***** Supplied data *****

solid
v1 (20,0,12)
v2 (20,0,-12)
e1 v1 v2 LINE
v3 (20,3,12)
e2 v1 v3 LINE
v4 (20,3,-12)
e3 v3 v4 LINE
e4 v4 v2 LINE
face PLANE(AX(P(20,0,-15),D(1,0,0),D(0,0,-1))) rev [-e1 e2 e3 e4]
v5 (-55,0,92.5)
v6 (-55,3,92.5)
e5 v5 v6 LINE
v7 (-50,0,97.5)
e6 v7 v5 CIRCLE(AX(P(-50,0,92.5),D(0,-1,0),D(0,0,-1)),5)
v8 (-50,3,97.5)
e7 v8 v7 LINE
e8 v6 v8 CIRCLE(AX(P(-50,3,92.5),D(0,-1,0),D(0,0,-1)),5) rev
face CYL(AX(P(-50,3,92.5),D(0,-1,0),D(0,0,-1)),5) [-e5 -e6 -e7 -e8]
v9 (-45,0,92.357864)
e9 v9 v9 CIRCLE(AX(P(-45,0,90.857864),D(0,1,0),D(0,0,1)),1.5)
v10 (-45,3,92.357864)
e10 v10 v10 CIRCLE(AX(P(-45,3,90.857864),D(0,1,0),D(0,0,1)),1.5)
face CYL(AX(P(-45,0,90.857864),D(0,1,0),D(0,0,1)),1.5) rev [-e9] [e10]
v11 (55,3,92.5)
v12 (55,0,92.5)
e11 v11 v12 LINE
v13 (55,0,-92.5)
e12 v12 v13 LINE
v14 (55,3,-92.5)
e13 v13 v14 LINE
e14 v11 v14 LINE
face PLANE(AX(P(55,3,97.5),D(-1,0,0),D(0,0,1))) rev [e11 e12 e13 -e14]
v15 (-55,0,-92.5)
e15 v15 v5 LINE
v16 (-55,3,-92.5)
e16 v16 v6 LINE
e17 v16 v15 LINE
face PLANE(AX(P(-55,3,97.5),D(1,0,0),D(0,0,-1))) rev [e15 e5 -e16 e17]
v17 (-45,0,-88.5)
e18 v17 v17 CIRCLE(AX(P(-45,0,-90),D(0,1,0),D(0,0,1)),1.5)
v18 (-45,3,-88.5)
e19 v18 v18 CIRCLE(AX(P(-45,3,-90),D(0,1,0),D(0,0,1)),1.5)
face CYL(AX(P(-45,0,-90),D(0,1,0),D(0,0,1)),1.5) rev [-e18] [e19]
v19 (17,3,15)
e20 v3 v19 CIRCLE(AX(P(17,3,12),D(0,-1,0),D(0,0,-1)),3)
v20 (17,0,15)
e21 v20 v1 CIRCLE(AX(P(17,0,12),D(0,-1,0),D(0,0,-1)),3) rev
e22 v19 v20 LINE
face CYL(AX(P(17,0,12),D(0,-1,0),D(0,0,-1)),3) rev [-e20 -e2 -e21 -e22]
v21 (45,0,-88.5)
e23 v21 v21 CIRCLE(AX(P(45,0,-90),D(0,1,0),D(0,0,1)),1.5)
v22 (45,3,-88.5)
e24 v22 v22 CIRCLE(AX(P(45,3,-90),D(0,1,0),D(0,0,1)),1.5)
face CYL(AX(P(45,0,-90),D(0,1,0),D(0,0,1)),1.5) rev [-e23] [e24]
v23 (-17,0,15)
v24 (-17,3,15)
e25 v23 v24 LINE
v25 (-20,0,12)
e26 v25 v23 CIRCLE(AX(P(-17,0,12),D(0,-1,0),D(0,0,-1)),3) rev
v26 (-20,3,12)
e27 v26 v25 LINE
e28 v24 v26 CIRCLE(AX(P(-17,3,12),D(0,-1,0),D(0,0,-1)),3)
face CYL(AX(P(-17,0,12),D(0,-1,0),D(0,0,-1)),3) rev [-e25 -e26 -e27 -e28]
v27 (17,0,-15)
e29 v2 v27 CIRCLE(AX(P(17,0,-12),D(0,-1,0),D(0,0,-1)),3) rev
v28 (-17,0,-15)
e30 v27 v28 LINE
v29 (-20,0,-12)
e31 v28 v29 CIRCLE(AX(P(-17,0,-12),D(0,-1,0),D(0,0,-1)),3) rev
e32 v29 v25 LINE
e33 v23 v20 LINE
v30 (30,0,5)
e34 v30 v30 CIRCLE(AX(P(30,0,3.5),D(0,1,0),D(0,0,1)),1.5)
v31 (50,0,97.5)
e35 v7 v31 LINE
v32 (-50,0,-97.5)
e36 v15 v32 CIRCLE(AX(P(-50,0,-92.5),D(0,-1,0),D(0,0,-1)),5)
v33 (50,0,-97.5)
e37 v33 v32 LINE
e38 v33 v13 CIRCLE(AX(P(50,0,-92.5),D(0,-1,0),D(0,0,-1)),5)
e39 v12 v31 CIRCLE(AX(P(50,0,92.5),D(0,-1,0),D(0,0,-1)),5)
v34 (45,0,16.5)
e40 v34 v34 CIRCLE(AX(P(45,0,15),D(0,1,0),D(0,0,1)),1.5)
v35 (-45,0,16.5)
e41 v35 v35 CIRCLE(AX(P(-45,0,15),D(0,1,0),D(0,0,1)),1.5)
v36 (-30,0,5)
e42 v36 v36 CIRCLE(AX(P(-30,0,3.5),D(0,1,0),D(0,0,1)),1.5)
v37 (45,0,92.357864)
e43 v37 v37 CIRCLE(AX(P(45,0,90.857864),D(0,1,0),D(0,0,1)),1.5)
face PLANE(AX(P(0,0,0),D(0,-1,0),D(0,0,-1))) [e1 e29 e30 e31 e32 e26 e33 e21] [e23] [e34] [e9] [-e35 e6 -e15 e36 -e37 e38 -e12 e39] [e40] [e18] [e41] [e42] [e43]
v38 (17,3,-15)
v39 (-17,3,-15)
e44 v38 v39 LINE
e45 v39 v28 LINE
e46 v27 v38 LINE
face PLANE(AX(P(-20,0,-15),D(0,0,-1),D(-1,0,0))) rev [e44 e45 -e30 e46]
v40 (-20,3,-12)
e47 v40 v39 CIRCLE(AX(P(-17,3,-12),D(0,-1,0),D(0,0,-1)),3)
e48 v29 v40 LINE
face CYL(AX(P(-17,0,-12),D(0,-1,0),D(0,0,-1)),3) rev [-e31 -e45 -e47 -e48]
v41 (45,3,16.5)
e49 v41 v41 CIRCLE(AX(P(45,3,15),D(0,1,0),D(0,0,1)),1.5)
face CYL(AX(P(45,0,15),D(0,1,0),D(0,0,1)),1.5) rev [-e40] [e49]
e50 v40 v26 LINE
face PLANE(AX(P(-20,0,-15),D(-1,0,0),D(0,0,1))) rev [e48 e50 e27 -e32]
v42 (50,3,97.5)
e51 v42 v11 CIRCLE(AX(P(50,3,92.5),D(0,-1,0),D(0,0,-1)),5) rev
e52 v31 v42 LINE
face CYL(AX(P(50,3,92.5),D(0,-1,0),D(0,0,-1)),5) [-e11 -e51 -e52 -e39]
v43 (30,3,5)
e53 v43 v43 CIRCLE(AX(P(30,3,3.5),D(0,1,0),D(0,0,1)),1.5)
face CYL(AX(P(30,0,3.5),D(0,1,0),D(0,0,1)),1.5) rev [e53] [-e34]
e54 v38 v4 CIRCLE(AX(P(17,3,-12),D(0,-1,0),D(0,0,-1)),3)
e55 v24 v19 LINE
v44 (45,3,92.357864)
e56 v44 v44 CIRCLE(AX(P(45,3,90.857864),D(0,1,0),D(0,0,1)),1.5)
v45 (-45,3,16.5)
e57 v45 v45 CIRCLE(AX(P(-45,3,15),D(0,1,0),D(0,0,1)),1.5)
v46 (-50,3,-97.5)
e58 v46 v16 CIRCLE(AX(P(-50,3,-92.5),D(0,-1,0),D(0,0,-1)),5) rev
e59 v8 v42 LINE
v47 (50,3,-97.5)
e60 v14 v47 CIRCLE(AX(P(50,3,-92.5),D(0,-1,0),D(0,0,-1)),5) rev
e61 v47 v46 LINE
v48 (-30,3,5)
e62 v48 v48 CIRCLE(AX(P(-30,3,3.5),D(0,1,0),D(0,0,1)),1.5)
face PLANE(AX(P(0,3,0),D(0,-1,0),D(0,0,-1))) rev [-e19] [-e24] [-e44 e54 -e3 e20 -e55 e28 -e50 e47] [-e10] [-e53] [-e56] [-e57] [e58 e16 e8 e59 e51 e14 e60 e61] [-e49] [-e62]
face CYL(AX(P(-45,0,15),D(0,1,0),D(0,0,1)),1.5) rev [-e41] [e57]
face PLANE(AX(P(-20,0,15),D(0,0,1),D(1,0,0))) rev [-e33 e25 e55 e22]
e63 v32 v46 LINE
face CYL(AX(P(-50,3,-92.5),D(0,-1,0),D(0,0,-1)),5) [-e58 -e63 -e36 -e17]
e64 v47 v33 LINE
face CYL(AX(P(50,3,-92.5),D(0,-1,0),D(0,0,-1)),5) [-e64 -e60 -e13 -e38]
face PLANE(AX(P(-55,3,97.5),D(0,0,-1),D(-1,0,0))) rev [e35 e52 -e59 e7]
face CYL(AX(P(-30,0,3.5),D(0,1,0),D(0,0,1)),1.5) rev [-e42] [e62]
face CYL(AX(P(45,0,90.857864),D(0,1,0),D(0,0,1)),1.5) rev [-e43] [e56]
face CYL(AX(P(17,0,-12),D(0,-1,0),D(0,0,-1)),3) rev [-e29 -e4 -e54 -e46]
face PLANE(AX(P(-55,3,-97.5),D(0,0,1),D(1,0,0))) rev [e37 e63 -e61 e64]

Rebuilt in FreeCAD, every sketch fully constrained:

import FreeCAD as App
import Part
import Sketcher
Q = App.Units.Quantity


def edges_at(feature, points):
    """Names of the edges that pass closest to the given points."""
    edges = feature.Shape.Edges
    near = lambda p: min(range(len(edges)), key=lambda i: edges[i].distToShape(Part.Vertex(*p))[0])
    return sorted({f"Edge{near(p) + 1}" for p in points})

doc = App.newDocument("Part")
body = doc.addObject("PartDesign::Body", "Body")

# Sketch on XZ plane
sketch1 = doc.addObject("Sketcher::SketchObject", "Sketch")
body.addObject(sketch1)
sketch1.AttachmentSupport = (doc.XZ_Plane, [""])
sketch1.MapMode = "FlatFace"
sketch1.addGeometry(Part.LineSegment(App.Vector(-55, -98, 0), App.Vector(-55, 98, 0)), False)
sketch1.addGeometry(Part.LineSegment(App.Vector(-55, 98, 0), App.Vector(55, 98, 0)), False)
sketch1.addGeometry(Part.LineSegment(App.Vector(55, 98, 0), App.Vector(55, -98, 0)), False)
sketch1.addGeometry(Part.LineSegment(App.Vector(55, -98, 0), App.Vector(-55, -98, 0)), False)
sketch1.addConstraint(Sketcher.Constraint("Coincident", 0, 2, 1, 1))
sketch1.addConstraint(Sketcher.Constraint("Coincident", 1, 2, 2, 1))
sketch1.addConstraint(Sketcher.Constraint("Coincident", 2, 2, 3, 1))
sketch1.addConstraint(Sketcher.Constraint("Coincident", 3, 2, 0, 1))
sketch1.addConstraint(Sketcher.Constraint("Vertical", 0))
sketch1.addConstraint(Sketcher.Constraint("Horizontal", 1))
sketch1.addConstraint(Sketcher.Constraint("Vertical", 2))
sketch1.addConstraint(Sketcher.Constraint("Horizontal", 3))
sketch1.addConstraint(Sketcher.Constraint("Symmetric", 0, 2, 2, 2, -1, 1))
sketch1.addConstraint(Sketcher.Constraint("DistanceX", 1, 1, 1, 2, Q("110 mm")))
sketch1.addConstraint(Sketcher.Constraint("DistanceY", 0, 1, 0, 2, Q("195 mm")))
pad1 = doc.addObject("PartDesign::Pad", "Pad")
body.addObject(pad1)
pad1.Profile = sketch1
pad1.Length = 3
pad1.Reversed = True
doc.recompute()

fillet = doc.addObject("PartDesign::Fillet", "Fillet")
body.addObject(fillet)
fillet.Base = (pad1, edges_at(pad1, [
    (55, 1.5, 97.5),
    (-55, 1.5, 97.5),
    (-55, 1.5, -97.5),
    (55, 1.5, -97.5),
]))
fillet.Radius = 5

# Sketch on XZ plane
sketch2 = doc.addObject("Sketcher::SketchObject", "Sketch001")
body.addObject(sketch2)
sketch2.AttachmentSupport = (doc.XZ_Plane, [""])
sketch2.MapMode = "FlatFace"
sketch2.AttachmentOffset = App.Placement(App.Vector(0, 0, -3), App.Rotation())
sketch2.addGeometry(Part.Circle(App.Vector(-45, 90.9, 0), App.Vector(0, 0, 1), 1.5), False)
sketch2.addGeometry(Part.Circle(App.Vector(-45, 15, 0), App.Vector(0, 0, 1), 1.5), False)
sketch2.addGeometry(Part.Circle(App.Vector(-45, -90, 0), App.Vector(0, 0, 1), 1.5), False)
sketch2.addGeometry(Part.Circle(App.Vector(45, -90, 0), App.Vector(0, 0, 1), 1.5), False)
sketch2.addGeometry(Part.Circle(App.Vector(45, 15, 0), App.Vector(0, 0, 1), 1.5), False)
sketch2.addGeometry(Part.Circle(App.Vector(45, 90.9, 0), App.Vector(0, 0, 1), 1.5), False)
sketch2.addGeometry(Part.Circle(App.Vector(-30, 3.5, 0), App.Vector(0, 0, 1), 1.5), False)
sketch2.addGeometry(Part.Circle(App.Vector(30, 3.5, 0), App.Vector(0, 0, 1), 1.5), False)
sketch2.addConstraint(Sketcher.Constraint("Equal", 0, 1))
sketch2.addConstraint(Sketcher.Constraint("Equal", 1, 2))
sketch2.addConstraint(Sketcher.Constraint("Equal", 2, 3))
sketch2.addConstraint(Sketcher.Constraint("Equal", 3, 4))
sketch2.addConstraint(Sketcher.Constraint("Equal", 4, 5))
sketch2.addConstraint(Sketcher.Constraint("Equal", 5, 6))
sketch2.addConstraint(Sketcher.Constraint("Equal", 6, 7))
sketch2.addConstraint(Sketcher.Constraint("Symmetric", 2, 3, 3, 3, -2))
sketch2.addConstraint(Sketcher.Constraint("Symmetric", 1, 3, 4, 3, -2))
sketch2.addConstraint(Sketcher.Constraint("Symmetric", 0, 3, 5, 3, -2))
sketch2.addConstraint(Sketcher.Constraint("Symmetric", 6, 3, 7, 3, -2))
sketch2.addConstraint(Sketcher.Constraint("Vertical", 0, 3, 1, 3))
sketch2.addConstraint(Sketcher.Constraint("Vertical", 1, 3, 2, 3))
sketch2.addConstraint(Sketcher.Constraint("Diameter", 0, Q("3 mm")))
sketch2.addConstraint(Sketcher.Constraint("DistanceX", 0, 3, -1, 1, Q("45 mm")))
sketch2.addConstraint(Sketcher.Constraint("DistanceY", -1, 1, 1, 3, Q("15 mm")))
sketch2.addConstraint(Sketcher.Constraint("DistanceY", 2, 3, -1, 1, Q("90 mm")))
sketch2.addConstraint(Sketcher.Constraint("DistanceX", 6, 3, -1, 1, Q("30 mm")))
sketch2.addConstraint(Sketcher.Constraint("DistanceY", -1, 1, 6, 3, Q("3.5 mm")))
sketch2.addConstraint(Sketcher.Constraint("DistanceY", -1, 1, 0, 3, Q("90.857864 mm")))
pocket1 = doc.addObject("PartDesign::Pocket", "Pocket")
body.addObject(pocket1)
pocket1.Profile = sketch2
pocket1.Length = 3
pocket1.Reversed = True

# Sketch on XZ plane
sketch3 = doc.addObject("Sketcher::SketchObject", "Sketch002")
body.addObject(sketch3)
sketch3.AttachmentSupport = (doc.XZ_Plane, [""])
sketch3.MapMode = "FlatFace"
sketch3.AttachmentOffset = App.Placement(App.Vector(0, 0, -3), App.Rotation())
sketch3.addGeometry(Part.LineSegment(App.Vector(-20, -15, 0), App.Vector(-20, 15, 0)), False)
sketch3.addGeometry(Part.LineSegment(App.Vector(-20, 15, 0), App.Vector(20, 15, 0)), False)
sketch3.addGeometry(Part.LineSegment(App.Vector(20, 15, 0), App.Vector(20, -15, 0)), False)
sketch3.addGeometry(Part.LineSegment(App.Vector(20, -15, 0), App.Vector(-20, -15, 0)), False)
sketch3.addConstraint(Sketcher.Constraint("Coincident", 0, 2, 1, 1))
sketch3.addConstraint(Sketcher.Constraint("Coincident", 1, 2, 2, 1))
sketch3.addConstraint(Sketcher.Constraint("Coincident", 2, 2, 3, 1))
sketch3.addConstraint(Sketcher.Constraint("Coincident", 3, 2, 0, 1))
sketch3.addConstraint(Sketcher.Constraint("Vertical", 0))
sketch3.addConstraint(Sketcher.Constraint("Horizontal", 1))
sketch3.addConstraint(Sketcher.Constraint("Vertical", 2))
sketch3.addConstraint(Sketcher.Constraint("Horizontal", 3))
sketch3.addConstraint(Sketcher.Constraint("Symmetric", 0, 2, 2, 2, -1, 1))
sketch3.addConstraint(Sketcher.Constraint("DistanceX", 1, 1, 1, 2, Q("40 mm")))
sketch3.addConstraint(Sketcher.Constraint("DistanceY", 0, 1, 0, 2, Q("30 mm")))
pocket2 = doc.addObject("PartDesign::Pocket", "Pocket001")
body.addObject(pocket2)
pocket2.Profile = sketch3
pocket2.Length = 3
pocket2.Reversed = True
doc.recompute()

fillet2 = doc.addObject("PartDesign::Fillet", "Fillet001")
body.addObject(fillet2)
fillet2.Base = (pocket2, edges_at(pocket2, [
    (20, 1.5, -15),
    (20, 1.5, 15),
    (-20, 1.5, 15),
    (-20, 1.5, -15),
]))
fillet2.Radius = 3

doc.recompute()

*****

◆ Exercise ◆
Can you repeat, word for word, every line above from the one containing "e4 v4 v2 LINE" down to the one containing "e15 v15 v5 LINE", including both?

◆ Answer space ◆
e4 v4 v2 LINE
face PLANE(AX(P(20,0,-15),D(1,0,0),D(0,0,-1))) rev [-e1 e2 e3 e4]
v5 (-55,0,92.5)
v6 (-55,3,92.5)
e5 v5 v6 LINE
v7 (-50,0,97.5)
e6 v7 v5 CIRCLE(AX(P(-50,0,92.5),D(0,-1,0),D(0,0,-1)),5)
v8 (-50,3,97.5)
e7 v8 v7 LINE
e8 v6 v8 CIRCLE(AX(P(-50,3,92.5),D(0,-1,0),D(0,0,-1)),5) rev
face CYL(AX(P(-50,3,92.5),D(0,-1,0),D(0,0,-1)),5) [-e5 -e6 -e7 -e8]
v9 (-45,0,92.357864)
e9 v9 v9 CIRCLE(AX(P(-45,0,90.857864),D(0,1,0),D(0,0,1)),1.5)
v10 (-45,3,92.357864)
e10 v10 v10 CIRCLE(AX(P(-45,3,90.857864),D(0,1,0),D(0,0,1)),1.5)
face CYL(AX(P(-45,0,90.857864),D(0,1,0),D(0,0,1)),1.5) rev [-e9] [e10]
v11 (55,3,92.5)
v12 (55,0,92.5)
e11 v11 v12 LINE
v13 (55,0,-92.5)
e12 v12 v13 LINE
v14 (55,3,-92.5)
e13 v13 v14 LINE
e14 v11 v14 LINE
face PLANE(AX(P(55,3,97.5),D(-1,0,0),D(0,0,1))) rev [e11 e12 e13 -e14]
v15 (-55,0,-92.5)
e15 v15 v5 LINE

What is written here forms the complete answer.